Handling Uncertain Place Names

In a certain sense, this message is more about “how to do genealogy” than it is about “how to use RM”. But I think there is enough connection to “how to use RM” to post it here.

I’m not very comfortable with what genealogical standards there seem to be about how to enter uncertain data. For the purposes of this message, I will focus on place data. For example, how do I enter a birth place for someone where it seems likely but not certain that they were born in Sevier County, Tennessee?

Here is what I have been doing for many years, and I don’t defend it as following any standards or as even being a good system for my own use. But I had to do something. If I have strong evidence that someone was born in Sevier County, Tennessee, then I enter it as Sevier County, Tennessee.

I don’t enter the country when the country is the United States of America because so much of my focus is on printed reports and I think that repeating USA or United States or anything like that over and over again is a terrible thing to do to a printed report.

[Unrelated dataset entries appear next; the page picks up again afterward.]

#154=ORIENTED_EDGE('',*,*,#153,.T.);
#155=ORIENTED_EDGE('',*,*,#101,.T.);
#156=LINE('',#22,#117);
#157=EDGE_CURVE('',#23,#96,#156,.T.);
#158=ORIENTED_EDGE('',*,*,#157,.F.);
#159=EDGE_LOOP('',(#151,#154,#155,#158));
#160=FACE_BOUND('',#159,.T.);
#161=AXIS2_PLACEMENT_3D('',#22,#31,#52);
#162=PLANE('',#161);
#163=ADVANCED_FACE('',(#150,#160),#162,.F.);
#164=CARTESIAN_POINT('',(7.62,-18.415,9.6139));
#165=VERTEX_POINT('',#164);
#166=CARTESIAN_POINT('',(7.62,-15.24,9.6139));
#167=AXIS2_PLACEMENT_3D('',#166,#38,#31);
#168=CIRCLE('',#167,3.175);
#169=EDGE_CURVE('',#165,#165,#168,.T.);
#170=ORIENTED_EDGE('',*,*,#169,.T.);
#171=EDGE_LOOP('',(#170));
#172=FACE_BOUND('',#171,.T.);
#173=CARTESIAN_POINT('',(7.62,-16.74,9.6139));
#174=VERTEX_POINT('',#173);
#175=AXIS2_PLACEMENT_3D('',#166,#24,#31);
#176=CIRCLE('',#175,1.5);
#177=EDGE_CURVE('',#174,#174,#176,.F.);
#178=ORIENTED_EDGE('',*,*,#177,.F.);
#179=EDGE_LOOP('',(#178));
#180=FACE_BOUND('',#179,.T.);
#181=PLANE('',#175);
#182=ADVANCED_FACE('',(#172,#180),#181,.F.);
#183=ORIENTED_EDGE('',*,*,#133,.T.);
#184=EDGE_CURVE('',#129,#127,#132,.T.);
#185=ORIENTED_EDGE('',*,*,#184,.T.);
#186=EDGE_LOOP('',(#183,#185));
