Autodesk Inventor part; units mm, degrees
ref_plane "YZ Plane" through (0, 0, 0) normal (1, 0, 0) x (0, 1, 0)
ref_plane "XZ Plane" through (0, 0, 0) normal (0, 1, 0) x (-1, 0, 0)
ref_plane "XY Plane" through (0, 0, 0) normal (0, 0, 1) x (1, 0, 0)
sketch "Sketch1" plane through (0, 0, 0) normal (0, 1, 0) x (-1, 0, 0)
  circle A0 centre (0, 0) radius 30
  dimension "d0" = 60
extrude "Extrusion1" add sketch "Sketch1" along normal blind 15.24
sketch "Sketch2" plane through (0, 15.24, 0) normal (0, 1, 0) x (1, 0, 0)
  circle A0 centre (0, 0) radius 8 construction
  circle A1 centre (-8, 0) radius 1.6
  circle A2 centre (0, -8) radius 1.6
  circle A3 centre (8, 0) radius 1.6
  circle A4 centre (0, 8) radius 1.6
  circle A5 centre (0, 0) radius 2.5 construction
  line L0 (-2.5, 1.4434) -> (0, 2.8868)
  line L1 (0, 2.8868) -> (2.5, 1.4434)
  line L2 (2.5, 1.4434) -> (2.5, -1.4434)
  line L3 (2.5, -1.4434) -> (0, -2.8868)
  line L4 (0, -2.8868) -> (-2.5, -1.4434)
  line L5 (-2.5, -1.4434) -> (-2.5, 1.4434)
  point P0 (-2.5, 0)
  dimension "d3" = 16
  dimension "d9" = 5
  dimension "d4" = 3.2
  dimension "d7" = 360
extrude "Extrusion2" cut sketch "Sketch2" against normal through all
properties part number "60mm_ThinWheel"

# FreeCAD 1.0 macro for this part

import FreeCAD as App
import Part
import Sketcher
Q = App.Units.Quantity


def add_polygon(sketch, points):
    """Adds a closed chain of lines whose ends are joined by coincident constraints."""
    first, n = sketch.GeometryCount, len(points)
    for a, b in zip(points, points[1:] + points[:1]):
        sketch.addGeometry(Part.LineSegment(App.Vector(*a, 0), App.Vector(*b, 0)), False)
    for i in range(n):
        sketch.addConstraint(Sketcher.Constraint("Coincident", first + i, 2, first + (i + 1) % n, 1))

doc = App.newDocument("Part")
body = doc.addObject("PartDesign::Body", "Body")

# Sketch on XZ plane
sketch1 = body.newObject("Sketcher::SketchObject", "Sketch")
sketch1.AttachmentSupport = (doc.getObject("XZ_Plane"), [""])
sketch1.MapMode = "FlatFace"
sketch1.addGeometry(Part.Circle(App.Vector(0, 0, 0), App.Vector(0, 0, 1), 30), False)
sketch1.addConstraint([
    Sketcher.Constraint("Coincident", 0, 3, -1, 1),
    Sketcher.Constraint("Diameter", 0, Q("60 mm")),
])
pad1 = body.newObject("PartDesign::Pad", "Pad")
pad1.Profile = sketch1
pad1.Length = 15.24
pad1.Reversed = True

# Sketch on XZ plane
sketch2 = body.newObject("Sketcher::SketchObject", "Sketch001")
sketch2.AttachmentSupport = (doc.getObject("XZ_Plane"), [""])
sketch2.MapMode = "FlatFace"
sketch2.AttachmentOffset = App.Placement(App.Vector(0, 0, -15.24), App.Rotation())
sketch2.addGeometry(Part.Circle(App.Vector(-8, 0, 0), App.Vector(0, 0, 1), 1.6), False)  # 0
sketch2.addGeometry(Part.Circle(App.Vector(0, 8, 0), App.Vector(0, 0, 1), 1.6), False)  # 1
sketch2.addGeometry(Part.Circle(App.Vector(8, 0, 0), App.Vector(0, 0, 1), 1.6), False)  # 2
sketch2.addGeometry(Part.Circle(App.Vector(0, -8, 0), App.Vector(0, 0, 1), 1.6), False)  # 3
add_polygon(sketch2, [(0, -2.9), (-2.5, -1.4), (-2.5, 1.4), (0, 2.9), (2.5, 1.4), (2.5, -1.4)])  # lines 4-9
sketch2.addConstraint([
    Sketcher.Constraint("Vertical", 5),
    Sketcher.Constraint("Vertical", 8),
    Sketcher.Constraint("Equal", 0, 1),
    Sketcher.Constraint("Equal", 1, 2),
    Sketcher.Constraint("Equal", 2, 3),
    Sketcher.Constraint("Symmetric", 0, 3, 2, 3, -1, 1),
    Sketcher.Constraint("Symmetric", 1, 3, 3, 3, -1, 1),
    Sketcher.Constraint("Symmetric", 4, 2, 7, 2, -1, 1),
    Sketcher.Constraint("Symmetric", 6, 2, 9, 2, -1, 1),
    Sketcher.Constraint("PointOnObject", 0, 3, -1),
    Sketcher.Constraint("PointOnObject", 1, 3, -2),
    Sketcher.Constraint("PointOnObject", 6, 2, -2),
    Sketcher.Constraint("Parallel", 6, 9),
    Sketcher.Constraint("Horizontal", 5, 2, 7, 2),
    Sketcher.Constraint("Diameter", 0, Q("3.2 mm")),
    Sketcher.Constraint("DistanceX", 0, 3, 2, 3, Q("16 mm")),
    Sketcher.Constraint("DistanceY", 3, 3, 1, 3, Q("16 mm")),
    Sketcher.Constraint("DistanceX", 5, 2, 7, 2, Q("5 mm")),
    Sketcher.Constraint("Angle", 4, Q("149.9996 deg")),
    Sketcher.Constraint("DistanceY", 5, 1, 5, 2, Q("2.8868 mm")),
])
pocket1 = body.newObject("PartDesign::Pocket", "Pocket")
pocket1.Profile = sketch2
pocket1.Type = "ThroughAll"
pocket1.Reversed = True

doc.recompute()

I would very much prefer to include the country in my database, but not print it in reports when it is the United States. But that’s hard to do. And for reasons that I have ranted about many times before, I do include the word County as appropriate. That follows some standards but it does not follow the most common standard.

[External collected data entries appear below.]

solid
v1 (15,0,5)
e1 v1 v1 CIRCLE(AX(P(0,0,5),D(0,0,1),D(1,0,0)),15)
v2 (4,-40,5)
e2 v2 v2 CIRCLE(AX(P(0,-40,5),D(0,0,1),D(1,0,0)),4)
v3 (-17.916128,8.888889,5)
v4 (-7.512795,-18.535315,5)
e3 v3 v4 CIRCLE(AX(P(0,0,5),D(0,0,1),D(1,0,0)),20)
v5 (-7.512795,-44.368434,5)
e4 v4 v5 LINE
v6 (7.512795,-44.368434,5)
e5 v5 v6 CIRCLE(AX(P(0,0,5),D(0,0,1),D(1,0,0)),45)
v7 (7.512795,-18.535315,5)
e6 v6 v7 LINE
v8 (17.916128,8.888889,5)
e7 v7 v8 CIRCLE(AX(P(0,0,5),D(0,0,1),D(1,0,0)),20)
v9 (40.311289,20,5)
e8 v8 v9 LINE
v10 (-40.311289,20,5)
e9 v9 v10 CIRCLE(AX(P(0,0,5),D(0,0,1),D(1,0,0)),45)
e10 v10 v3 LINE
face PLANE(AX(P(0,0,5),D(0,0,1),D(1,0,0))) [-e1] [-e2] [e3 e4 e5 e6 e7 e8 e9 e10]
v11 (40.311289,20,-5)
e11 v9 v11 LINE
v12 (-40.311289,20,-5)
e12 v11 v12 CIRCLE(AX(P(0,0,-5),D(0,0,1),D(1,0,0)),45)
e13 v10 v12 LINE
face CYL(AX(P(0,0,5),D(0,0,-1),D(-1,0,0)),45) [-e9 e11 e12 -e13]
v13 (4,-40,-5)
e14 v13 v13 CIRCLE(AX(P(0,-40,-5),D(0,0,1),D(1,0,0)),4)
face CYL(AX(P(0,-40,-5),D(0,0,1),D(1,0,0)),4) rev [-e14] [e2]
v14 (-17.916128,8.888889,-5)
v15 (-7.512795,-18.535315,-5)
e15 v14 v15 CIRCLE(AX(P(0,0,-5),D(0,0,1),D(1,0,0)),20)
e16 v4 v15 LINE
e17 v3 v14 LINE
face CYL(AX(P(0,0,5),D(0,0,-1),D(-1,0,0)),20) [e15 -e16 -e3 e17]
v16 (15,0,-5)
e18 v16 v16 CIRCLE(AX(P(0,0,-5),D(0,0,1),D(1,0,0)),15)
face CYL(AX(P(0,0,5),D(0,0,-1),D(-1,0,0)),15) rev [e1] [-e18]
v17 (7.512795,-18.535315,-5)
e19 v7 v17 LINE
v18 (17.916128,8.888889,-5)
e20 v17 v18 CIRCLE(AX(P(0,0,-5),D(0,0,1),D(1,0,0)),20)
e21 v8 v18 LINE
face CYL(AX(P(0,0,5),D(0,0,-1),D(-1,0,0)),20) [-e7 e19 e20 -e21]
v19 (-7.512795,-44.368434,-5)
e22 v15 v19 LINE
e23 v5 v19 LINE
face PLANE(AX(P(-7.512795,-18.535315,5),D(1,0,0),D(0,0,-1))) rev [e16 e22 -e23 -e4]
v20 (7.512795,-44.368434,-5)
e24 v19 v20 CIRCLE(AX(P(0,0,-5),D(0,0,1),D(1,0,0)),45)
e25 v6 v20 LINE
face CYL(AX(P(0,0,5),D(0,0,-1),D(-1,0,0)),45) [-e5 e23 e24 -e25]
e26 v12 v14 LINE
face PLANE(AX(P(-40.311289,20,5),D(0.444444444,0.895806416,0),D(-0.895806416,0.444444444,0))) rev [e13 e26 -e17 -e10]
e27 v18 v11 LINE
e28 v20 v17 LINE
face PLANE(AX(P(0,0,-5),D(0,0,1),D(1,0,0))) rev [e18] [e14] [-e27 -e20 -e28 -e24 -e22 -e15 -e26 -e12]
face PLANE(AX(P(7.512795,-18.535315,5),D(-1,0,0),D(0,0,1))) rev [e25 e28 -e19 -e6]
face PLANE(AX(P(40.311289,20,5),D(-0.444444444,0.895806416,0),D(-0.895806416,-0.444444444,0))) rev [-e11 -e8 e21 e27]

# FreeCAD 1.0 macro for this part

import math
import FreeCAD as App
import Part
import Sketcher

V = App.Vector
Q = App.Units.Quantity

doc = App.newDocument("Part")
body = doc.addObject("PartDesign::Body", "Body")

# Sketch on XY plane
sketch1 = body.newObject("Sketcher::SketchObject", "Sketch")
sketch1.AttachmentSupport = (doc.getObject("XY_Plane"), [""])
sketch1.MapMode = "FlatFace"
sketch1.addGeometry(Part.LineSegment(V(-40, 20, 0), V(-18, 9, 0)), False)
sketch1.addGeometry(Part.ArcOfCircle(Part.Circle(V(0, 0, 0), V(0, 0, 1), 20), math.radians(154), math.radians(248)), False)
sketch1.addGeometry(Part.LineSegment(V(-8, -19, 0), V(-8, -44, 0)), False)
sketch1.addGeometry(Part.ArcOfCircle(Part.Circle(V(0, 0, 0), V(0, 0, 1), 45), math.radians(-99.61), math.radians(-80.39)), False)
sketch1.addGeometry(Part.LineSegment(V(8, -44, 0), V(8, -19, 0)), False)
sketch1.addGeometry(Part.ArcOfCircle(Part.Circle(V(0, 0, 0), V(0, 0, 1), 20), math.radians(-68), math.radians(26)), False)
sketch1.addGeometry(Part.LineSegment(V(18, 9, 0), V(40, 20, 0)), False)
sketch1.addGeometry(Part.ArcOfCircle(Part.Circle(V(0, 0, 0), V(0, 0, 1), 45), math.radians(26), math.radians(154)), False)
sketch1.addGeometry(Part.Circle(V(0, 0, 0), V(0, 0, 1), 15), False)
sketch1.addConstraint(Sketcher.Constraint("Coincident", 0, 2, 1, 1))
sketch1.addConstraint(Sketcher.Constraint("Coincident", 1, 2, 2, 1))
sketch1.addConstraint(Sketcher.Constraint("Coincident", 2, 2, 3, 1))
sketch1.addConstraint(Sketcher.Constraint("Coincident", 3, 2, 4, 1))
sketch1.addConstraint(Sketcher.Constraint("Coincident", 4, 2, 5, 1))
sketch1.addConstraint(Sketcher.Constraint("Coincident", 5, 2, 6, 1))
sketch1.addConstraint(Sketcher.Constraint("Coincident", 6, 2, 7, 1))
sketch1.addConstraint(Sketcher.Constraint("Coincident", 7, 2, 0, 1))
sketch1.addConstraint(Sketcher.Constraint("Vertical", 2))
sketch1.addConstraint(Sketcher.Constraint("Vertical", 4))
sketch1.addConstraint(Sketcher.Constraint("Coincident", 1, 3, -1, 1))
sketch1.addConstraint(Sketcher.Constraint("Coincident", 3, 3, -1, 1))
sketch1.addConstraint(Sketcher.Constraint("Coincident", 5, 3, -1, 1))
sketch1.addConstraint(Sketcher.Constraint("Coincident", 7, 3, -1, 1))
sketch1.addConstraint(Sketcher.Constraint("Coincident", 8, 3, -1, 1))
sketch1.addConstraint(Sketcher.Constraint("Equal", 1, 5))
sketch1.addConstraint(Sketcher.Constraint("Equal", 3, 7))
sketch1.addConstraint(Sketcher.Constraint("Horizontal", 2, 2, 3, 2))
sketch1.addConstraint(Sketcher.Constraint("Horizontal", 0, 2, 5, 2))
sketch1.addConstraint(Sketcher.Constraint("Horizontal", 6, 2, 7, 2))
sketch1.addConstraint(Sketcher.Constraint("Diameter", 8, Q("30 mm")))
sketch1.addConstraint(Sketcher.Constraint("Radius", 1, Q("20 mm")))
sketch1.addConstraint(Sketcher.Constraint("Radius", 3, Q("45 mm")))
sketch1.addConstraint(Sketcher.Constraint("DistanceY", -1, 1, 6, 2, Q("20 mm")))
sketch1.addConstraint(Sketcher.Constraint("DistanceY", 2, 2, 2, 1, Q("25.833118 mm")))
sketch1.addConstraint(Sketcher.Constraint("DistanceX", 0, 2, -1, 1, Q("17.916128 mm")))
pad1 = body.newObject("PartDesign::Pad", "Pad")
pad1.Profile = sketch1
pad1.Length = 10
pad1.Midplane = True

# Sketch on XY plane
sketch2 = body.newObject("Sketcher::SketchObject", "Sketch001")
sketch2.AttachmentSupport = (doc.getObject("XY_Plane"), [""])
sketch2.MapMode = "FlatFace"
sketch2.AttachmentOffset = App.Placement(V(0, 0, 5), App.Rotation())
sketch2.addGeometry(Part.Circle(V(0, -40, 0), V(0, 0, 1), 4), False)
sketch2.addConstraint(Sketcher.Constraint("PointOnObject", 0, 3, -2))
sketch2.addConstraint(Sketcher.Constraint("Diameter", 0, Q("8 mm")))
sketch2.addConstraint(Sketcher.Constraint("DistanceY", 0, 3, -1, 1, Q("40 mm")))
pocket1 = body.newObject("PartDesign::Pocket", "Pocket")
pocket1.Profile = sketch2
pocket1.Type = "ThroughAll"

doc.recompute()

If I have strong evidence that someone was born in Tennessee but I only have weak evidence or circumstantial evidence that they were born Sevier County, I enter it as [Sevier County], Tennessee. If I only have weak evidence or circumstantial evidence for both the county and the state, then I enter it as [Sevier County], [Tennessee]. In other words, square brackets as my indicator of uncertainty.

I would like to move away from the square brackets towards something more standard or at least to something more conventional. But to what? I ran across a style guide by Mary H. Clawson that suggests only including information in the place name field for which there is strong evidence, and putting everything else including a discussion of the evidence in the note for the fact. I really like that idea. And indeed in reviewing some of my data, I actually have been doing that to a certain extent without realizing I was following Ms. Clawson’s style guide.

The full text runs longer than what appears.